Tuesday, September 15, 2015
The ABCs of Wine.
The following was my first article posted in 2010. Originally it was emailed to and read only by a few friends, but after a few Internet surfers took a peek at it, the post seemed get some legs and began to be passed around. It has been slightly updated, but please enjoy:
The first piece of advice I received when I decided to explore the mysteries of Bacchus' blessing came from a friend that I thought knew something about wine. I asked for his counsel on how to proceed into that somewhat intimidating world of swirl, sniff, and sip. He caught my ear with the following seduction: "Tom, it's as simple as ABC."
Wow, I could hardly wait for the details! I was salivating at the simplicity of it all. I would be an overnight wine guy. The ladies would adore me, my friends would be envious, and wine stewards and retail wine clerks would respect me. This was great stuff!
He leaned forward, looked around to see if anyone else was listening, and whispered into my ear in a hushed, almost religious tone, "Always buy Cabernet. Always buy Chardonnay."
"Yes, yes," I said, anxiously waiting for further formulaic insight that would deliver me from doubt and indecision, "What's the rest of it?"
”That's it," he said, somewhat irked at my insinuation. "That's the ABC’s of Wine. You don't have to know anything else. One's red and one's white. One goes with meat, the other goes with fish. They're the most popular. Everyone sells Cabernet, and Chardonnay, and everyone who's with it buys Cabernet and Chardonnay."

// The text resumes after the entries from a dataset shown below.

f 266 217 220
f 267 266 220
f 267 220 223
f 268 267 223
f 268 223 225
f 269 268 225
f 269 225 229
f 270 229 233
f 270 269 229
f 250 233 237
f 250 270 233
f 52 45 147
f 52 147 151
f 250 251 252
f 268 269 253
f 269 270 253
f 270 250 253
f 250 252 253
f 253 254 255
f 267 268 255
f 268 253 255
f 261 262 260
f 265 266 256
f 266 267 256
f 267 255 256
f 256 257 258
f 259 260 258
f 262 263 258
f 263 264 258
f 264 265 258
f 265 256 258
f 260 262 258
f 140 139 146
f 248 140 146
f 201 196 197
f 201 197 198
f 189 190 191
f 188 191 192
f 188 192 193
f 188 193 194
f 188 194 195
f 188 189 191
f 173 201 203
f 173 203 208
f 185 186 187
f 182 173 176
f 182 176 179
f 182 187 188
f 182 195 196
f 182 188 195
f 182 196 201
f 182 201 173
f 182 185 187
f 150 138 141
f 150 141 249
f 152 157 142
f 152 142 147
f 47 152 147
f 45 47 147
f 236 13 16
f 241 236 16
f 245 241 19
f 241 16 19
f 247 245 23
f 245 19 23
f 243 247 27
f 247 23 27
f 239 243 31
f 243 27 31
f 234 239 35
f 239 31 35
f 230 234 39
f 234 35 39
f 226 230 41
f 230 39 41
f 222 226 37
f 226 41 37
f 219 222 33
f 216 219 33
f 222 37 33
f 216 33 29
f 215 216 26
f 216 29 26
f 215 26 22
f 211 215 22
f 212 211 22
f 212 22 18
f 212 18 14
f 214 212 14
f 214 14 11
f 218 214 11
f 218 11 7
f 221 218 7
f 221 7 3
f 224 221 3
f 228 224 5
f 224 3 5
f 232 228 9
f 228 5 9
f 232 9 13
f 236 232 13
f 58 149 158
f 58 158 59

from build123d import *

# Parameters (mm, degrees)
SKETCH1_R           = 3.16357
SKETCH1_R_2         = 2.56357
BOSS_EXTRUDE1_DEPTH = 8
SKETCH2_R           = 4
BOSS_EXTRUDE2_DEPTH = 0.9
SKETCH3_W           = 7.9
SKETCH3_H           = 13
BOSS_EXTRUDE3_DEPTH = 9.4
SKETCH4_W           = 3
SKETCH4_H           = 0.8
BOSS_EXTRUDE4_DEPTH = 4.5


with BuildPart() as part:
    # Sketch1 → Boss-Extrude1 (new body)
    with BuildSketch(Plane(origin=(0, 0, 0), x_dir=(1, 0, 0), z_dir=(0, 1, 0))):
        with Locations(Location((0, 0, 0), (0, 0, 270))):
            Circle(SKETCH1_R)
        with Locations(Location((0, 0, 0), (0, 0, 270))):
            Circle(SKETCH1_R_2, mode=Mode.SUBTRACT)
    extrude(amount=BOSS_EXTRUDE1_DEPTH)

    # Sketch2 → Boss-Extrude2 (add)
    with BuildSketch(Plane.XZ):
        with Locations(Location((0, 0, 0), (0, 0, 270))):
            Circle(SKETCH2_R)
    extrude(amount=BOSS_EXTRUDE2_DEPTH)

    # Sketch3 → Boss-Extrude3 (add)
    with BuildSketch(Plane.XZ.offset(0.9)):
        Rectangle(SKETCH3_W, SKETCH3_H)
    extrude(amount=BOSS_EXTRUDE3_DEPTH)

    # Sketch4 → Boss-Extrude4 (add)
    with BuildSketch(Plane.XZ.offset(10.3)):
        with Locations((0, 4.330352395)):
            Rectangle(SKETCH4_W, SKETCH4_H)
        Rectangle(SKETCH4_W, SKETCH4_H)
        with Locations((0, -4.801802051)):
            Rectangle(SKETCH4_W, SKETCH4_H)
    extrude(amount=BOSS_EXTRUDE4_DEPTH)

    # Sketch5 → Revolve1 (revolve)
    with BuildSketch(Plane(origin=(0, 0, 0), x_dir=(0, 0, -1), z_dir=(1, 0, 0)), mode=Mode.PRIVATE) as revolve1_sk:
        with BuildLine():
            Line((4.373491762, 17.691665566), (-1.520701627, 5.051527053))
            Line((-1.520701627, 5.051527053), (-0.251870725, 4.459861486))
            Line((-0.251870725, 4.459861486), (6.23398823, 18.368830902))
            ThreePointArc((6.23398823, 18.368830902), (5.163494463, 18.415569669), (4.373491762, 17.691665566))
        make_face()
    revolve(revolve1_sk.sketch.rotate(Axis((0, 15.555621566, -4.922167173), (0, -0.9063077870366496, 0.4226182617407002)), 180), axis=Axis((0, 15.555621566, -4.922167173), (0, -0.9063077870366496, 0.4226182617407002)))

To a large extent my friend was correct. Just walk into any retail liquor/wine store and examine the shelf space occupied by those two wines—they dominate. And the next time you order wine in a restaurant, just take note of the number of Cabernets and Chardonnays on the wine list—they prevail. One goes with meat (but not all meat dishes), and one goes with fish (but not all fish dishes). Without a doubt, those two wines are the most popular ones for most wine drinkers.
Of course, I really wanted to be with it, so I tried his approach for a while. I became somewhat confident at ordering, and I even became knowledgeable about the characteristics of the two old reliables. But popularity and simplicity did not do it for me. I was not satisfied with the narrowness of my friend's recommendation. There had to be an additional perspective out there. So I approached another friend and solicited his advice. I told him I wanted to enter the kingdom of cork dorks and serious wine geeks.
He leaned forward and solemnly uttered the following: "It's as simple as ABC, Tom."
"No way, no thanks," I said, "I've already been down that narrow wine road. There's got to be more to wine appreciation than just Cabernet and Chardonnay."
"Precisely, my little cork puller, the real "ABC's of Wine" are as follows: Avoid buying Chardonnay and Avoid buying Cabernet. Not forever, don't just buy those two wines all the time. There's a wide world of wine pleasure out there, and you owe it to yourself to experience it."
Ever since that exchange, I did in fact enlarge the scope of my "pursuit," as one good friend calls it. My scope was to go beyond grape varietals and appellations, at least in the beginning. I wanted to know it all. Where wine was first "discovered" and by whom? Which countries were the first major producers and why? Who first democratized wine? Who were the best producers in Europe and elsewhere? Why do some countries produce better wines than others? Why are appellations an importance concept? What distinguishes a good wine from a great wine?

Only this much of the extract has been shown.